## [TASK ITEM]
In the material below, find the line that contains "v 33.513 -6.995 0" and the line that contains "f 124 431 122", then write out exactly those two lines and everything between them.

##### THE INPUT

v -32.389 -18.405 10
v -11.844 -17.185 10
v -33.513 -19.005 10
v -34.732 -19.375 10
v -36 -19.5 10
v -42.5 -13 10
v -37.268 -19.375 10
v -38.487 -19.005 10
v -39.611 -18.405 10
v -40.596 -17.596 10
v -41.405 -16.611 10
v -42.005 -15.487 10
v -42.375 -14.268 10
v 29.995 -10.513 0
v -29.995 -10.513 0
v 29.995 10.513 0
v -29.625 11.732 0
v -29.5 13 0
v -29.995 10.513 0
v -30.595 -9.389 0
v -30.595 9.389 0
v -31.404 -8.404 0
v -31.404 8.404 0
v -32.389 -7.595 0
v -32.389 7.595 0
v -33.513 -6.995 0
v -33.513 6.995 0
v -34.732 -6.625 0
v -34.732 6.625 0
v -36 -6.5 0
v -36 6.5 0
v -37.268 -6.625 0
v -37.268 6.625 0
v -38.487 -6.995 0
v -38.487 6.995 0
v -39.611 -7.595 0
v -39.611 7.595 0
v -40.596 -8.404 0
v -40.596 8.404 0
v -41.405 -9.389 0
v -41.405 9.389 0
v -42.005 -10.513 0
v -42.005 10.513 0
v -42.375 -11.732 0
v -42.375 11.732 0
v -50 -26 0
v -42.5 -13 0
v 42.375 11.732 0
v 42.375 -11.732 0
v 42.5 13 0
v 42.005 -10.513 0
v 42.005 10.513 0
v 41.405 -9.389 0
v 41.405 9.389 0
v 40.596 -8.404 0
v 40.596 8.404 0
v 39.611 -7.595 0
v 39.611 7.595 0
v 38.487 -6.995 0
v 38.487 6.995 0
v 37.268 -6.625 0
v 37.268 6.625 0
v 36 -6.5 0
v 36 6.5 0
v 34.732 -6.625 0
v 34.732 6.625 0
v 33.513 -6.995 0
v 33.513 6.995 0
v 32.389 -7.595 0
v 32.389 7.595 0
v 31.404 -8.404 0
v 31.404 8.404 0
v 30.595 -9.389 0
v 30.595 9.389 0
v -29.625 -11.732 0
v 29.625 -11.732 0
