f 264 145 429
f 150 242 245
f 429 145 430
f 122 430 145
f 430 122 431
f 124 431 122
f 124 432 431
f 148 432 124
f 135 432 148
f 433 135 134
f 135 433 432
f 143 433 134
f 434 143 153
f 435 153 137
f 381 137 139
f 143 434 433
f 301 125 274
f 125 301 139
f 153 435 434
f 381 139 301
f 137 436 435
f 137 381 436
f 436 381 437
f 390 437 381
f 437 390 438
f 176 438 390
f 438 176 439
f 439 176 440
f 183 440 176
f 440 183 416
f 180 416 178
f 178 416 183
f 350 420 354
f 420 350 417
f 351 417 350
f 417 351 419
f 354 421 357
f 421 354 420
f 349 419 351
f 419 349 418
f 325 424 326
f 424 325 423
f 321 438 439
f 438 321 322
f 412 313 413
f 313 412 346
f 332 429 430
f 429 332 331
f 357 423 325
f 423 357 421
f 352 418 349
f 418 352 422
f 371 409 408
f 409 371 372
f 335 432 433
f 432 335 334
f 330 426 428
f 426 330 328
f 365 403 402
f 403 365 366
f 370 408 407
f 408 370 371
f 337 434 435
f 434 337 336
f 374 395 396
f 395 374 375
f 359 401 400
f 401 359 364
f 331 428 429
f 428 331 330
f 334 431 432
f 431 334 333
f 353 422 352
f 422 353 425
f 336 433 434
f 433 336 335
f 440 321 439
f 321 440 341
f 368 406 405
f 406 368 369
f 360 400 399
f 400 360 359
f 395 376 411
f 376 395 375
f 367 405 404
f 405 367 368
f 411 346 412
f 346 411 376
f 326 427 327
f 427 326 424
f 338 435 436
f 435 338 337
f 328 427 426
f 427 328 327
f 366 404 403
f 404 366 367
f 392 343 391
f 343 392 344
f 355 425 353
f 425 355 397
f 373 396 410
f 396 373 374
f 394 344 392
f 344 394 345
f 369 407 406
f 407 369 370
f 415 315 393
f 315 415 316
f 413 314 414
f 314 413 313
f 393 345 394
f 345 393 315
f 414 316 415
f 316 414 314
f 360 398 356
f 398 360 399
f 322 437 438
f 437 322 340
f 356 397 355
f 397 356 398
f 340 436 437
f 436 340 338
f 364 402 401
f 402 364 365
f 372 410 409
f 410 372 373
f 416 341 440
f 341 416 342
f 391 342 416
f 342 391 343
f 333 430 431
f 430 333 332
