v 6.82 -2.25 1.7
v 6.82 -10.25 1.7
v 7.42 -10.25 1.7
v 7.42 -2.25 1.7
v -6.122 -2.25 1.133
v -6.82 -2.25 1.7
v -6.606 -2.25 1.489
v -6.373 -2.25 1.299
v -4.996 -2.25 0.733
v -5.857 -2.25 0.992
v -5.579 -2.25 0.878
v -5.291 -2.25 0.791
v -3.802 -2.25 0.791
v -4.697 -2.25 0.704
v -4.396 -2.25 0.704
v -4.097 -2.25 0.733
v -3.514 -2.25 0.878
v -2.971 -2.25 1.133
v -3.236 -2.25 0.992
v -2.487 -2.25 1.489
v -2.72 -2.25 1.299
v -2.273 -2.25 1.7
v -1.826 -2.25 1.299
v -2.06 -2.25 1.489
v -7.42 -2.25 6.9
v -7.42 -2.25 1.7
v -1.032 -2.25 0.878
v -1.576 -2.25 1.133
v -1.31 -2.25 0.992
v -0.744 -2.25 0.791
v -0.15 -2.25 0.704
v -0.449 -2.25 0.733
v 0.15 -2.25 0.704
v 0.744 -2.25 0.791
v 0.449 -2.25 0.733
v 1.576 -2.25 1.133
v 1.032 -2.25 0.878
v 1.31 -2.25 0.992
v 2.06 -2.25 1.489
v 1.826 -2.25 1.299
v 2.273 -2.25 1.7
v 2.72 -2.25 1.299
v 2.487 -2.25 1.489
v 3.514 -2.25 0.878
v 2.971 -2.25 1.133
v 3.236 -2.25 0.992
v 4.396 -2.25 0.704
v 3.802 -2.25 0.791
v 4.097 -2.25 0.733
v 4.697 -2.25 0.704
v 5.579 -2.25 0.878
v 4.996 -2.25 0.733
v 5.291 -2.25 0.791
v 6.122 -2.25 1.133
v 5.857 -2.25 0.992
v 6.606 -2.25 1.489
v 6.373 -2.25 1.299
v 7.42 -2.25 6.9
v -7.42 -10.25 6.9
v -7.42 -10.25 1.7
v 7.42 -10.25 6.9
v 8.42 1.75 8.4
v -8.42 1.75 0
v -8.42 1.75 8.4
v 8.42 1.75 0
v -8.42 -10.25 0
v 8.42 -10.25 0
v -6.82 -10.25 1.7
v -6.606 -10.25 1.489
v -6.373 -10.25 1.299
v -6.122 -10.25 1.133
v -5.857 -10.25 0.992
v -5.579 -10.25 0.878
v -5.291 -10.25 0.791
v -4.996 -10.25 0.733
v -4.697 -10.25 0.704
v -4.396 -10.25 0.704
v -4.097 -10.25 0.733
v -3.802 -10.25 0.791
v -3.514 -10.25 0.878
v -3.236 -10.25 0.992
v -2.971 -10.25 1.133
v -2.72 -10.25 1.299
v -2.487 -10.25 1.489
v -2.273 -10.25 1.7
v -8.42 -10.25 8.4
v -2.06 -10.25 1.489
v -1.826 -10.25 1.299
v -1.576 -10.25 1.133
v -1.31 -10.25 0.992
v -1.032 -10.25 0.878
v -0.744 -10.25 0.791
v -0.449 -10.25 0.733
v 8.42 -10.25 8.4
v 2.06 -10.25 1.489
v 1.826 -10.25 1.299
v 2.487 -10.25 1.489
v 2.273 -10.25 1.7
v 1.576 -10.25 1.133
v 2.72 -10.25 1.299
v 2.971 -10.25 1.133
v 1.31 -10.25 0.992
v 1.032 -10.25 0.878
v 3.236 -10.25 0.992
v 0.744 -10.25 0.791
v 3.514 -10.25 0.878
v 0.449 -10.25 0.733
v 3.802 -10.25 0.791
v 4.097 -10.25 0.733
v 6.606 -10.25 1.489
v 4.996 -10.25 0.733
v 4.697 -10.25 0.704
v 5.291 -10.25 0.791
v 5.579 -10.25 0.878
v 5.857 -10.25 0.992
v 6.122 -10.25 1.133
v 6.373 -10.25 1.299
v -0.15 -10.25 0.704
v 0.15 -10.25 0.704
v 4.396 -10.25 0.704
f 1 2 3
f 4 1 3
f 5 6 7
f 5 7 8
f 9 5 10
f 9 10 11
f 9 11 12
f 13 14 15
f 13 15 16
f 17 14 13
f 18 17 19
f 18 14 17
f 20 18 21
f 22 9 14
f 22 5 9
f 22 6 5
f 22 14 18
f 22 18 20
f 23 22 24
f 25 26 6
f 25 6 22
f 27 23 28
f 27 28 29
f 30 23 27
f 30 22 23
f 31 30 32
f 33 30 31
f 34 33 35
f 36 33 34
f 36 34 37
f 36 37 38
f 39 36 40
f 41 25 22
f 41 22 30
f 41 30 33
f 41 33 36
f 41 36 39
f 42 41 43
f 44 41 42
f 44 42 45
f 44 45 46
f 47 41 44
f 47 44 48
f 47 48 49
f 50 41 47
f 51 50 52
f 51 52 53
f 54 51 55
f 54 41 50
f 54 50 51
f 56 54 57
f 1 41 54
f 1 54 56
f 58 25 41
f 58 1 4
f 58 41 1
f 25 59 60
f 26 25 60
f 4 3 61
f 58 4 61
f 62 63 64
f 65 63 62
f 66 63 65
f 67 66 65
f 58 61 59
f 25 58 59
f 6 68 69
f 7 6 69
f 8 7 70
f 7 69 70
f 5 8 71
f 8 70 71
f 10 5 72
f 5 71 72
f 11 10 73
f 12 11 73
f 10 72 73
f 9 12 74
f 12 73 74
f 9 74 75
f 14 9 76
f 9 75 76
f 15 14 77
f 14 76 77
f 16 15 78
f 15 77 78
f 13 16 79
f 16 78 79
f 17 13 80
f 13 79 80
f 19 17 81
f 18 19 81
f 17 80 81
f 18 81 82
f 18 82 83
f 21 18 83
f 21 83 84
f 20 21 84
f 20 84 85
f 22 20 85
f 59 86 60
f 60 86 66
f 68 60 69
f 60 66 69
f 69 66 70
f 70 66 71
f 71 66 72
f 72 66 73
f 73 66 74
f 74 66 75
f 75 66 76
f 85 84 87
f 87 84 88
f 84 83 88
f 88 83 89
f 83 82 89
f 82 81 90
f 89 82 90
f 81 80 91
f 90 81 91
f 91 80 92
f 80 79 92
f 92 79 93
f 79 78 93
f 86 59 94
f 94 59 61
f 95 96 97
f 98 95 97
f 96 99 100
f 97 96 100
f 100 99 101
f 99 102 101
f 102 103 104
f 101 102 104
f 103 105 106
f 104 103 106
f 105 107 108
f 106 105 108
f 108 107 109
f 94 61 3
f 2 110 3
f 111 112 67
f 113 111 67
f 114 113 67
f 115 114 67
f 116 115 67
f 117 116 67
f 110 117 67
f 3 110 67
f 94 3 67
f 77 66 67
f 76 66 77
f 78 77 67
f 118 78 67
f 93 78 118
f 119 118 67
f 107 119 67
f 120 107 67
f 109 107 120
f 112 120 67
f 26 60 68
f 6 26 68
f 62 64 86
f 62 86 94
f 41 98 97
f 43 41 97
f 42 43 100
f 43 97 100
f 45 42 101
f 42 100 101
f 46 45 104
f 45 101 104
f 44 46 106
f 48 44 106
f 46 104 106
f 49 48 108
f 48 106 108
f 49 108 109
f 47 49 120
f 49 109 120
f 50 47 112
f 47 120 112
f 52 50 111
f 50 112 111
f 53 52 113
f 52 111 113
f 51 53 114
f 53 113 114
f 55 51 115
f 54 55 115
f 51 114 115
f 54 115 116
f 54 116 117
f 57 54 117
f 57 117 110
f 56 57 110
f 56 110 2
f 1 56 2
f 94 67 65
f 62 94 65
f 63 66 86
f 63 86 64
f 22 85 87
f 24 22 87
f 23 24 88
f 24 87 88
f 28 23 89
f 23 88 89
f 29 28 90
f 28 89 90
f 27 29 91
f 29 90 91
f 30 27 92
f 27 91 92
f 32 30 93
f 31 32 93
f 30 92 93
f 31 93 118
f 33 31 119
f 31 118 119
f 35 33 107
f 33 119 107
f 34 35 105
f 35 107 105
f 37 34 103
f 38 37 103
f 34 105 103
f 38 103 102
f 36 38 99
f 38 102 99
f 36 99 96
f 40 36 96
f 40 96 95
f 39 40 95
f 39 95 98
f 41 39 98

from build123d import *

# Parameters (mm, degrees)
SKETCH1_W           = 16.84
SKETCH1_H           = 12
BOSS_EXTRUDE1_DEPTH = 8.4
CUT_EXTRUDE1_DEPTH  = 8


with BuildPart() as part:
    # Sketch1 → Boss-Extrude1 (new body)
    with BuildSketch(Plane.XY):
        with Locations((0, -4.25)):
            Rectangle(SKETCH1_W, SKETCH1_H)
    extrude(amount=BOSS_EXTRUDE1_DEPTH)

    # Sketch2 → Cut-Extrude1 (cut)
    with BuildSketch(Plane.XZ.offset(10.25)):
        with BuildLine():
            Line((7.42, 6.9), (-7.42, 6.9))
            Line((-7.42, 6.9), (-7.42, 1.7))
            Line((-7.42, 1.7), (-6.82, 1.7))
            ThreePointArc((-6.82, 1.7), (-4.546666667, 0.7), (-2.273333333, 1.7))
            ThreePointArc((-2.273333333, 1.7), (0, 0.7), (2.273333333, 1.7))
            ThreePointArc((2.273333333, 1.7), (4.546666667, 0.7), (6.82, 1.7))
            Line((6.82, 1.7), (7.42, 1.7))
            Line((7.42, 1.7), (7.42, 6.9))
        make_face()
    extrude(amount=-CUT_EXTRUDE1_DEPTH, mode=Mode.SUBTRACT)


solid = part.part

##########

## [SOLUTION FOR THIS PROBLEM]
v 33.513 -6.995 0
v 33.513 6.995 0
v 32.389 -7.595 0
v 32.389 7.595 0
v 31.404 -8.404 0
v 31.404 8.404 0
v 30.595 -9.389 0
v 30.595 9.389 0
v -29.625 -11.732 0
v 29.625 -11.732 0
f 264 145 429
f 150 242 245
f 429 145 430
f 122 430 145
f 430 122 431
f 124 431 122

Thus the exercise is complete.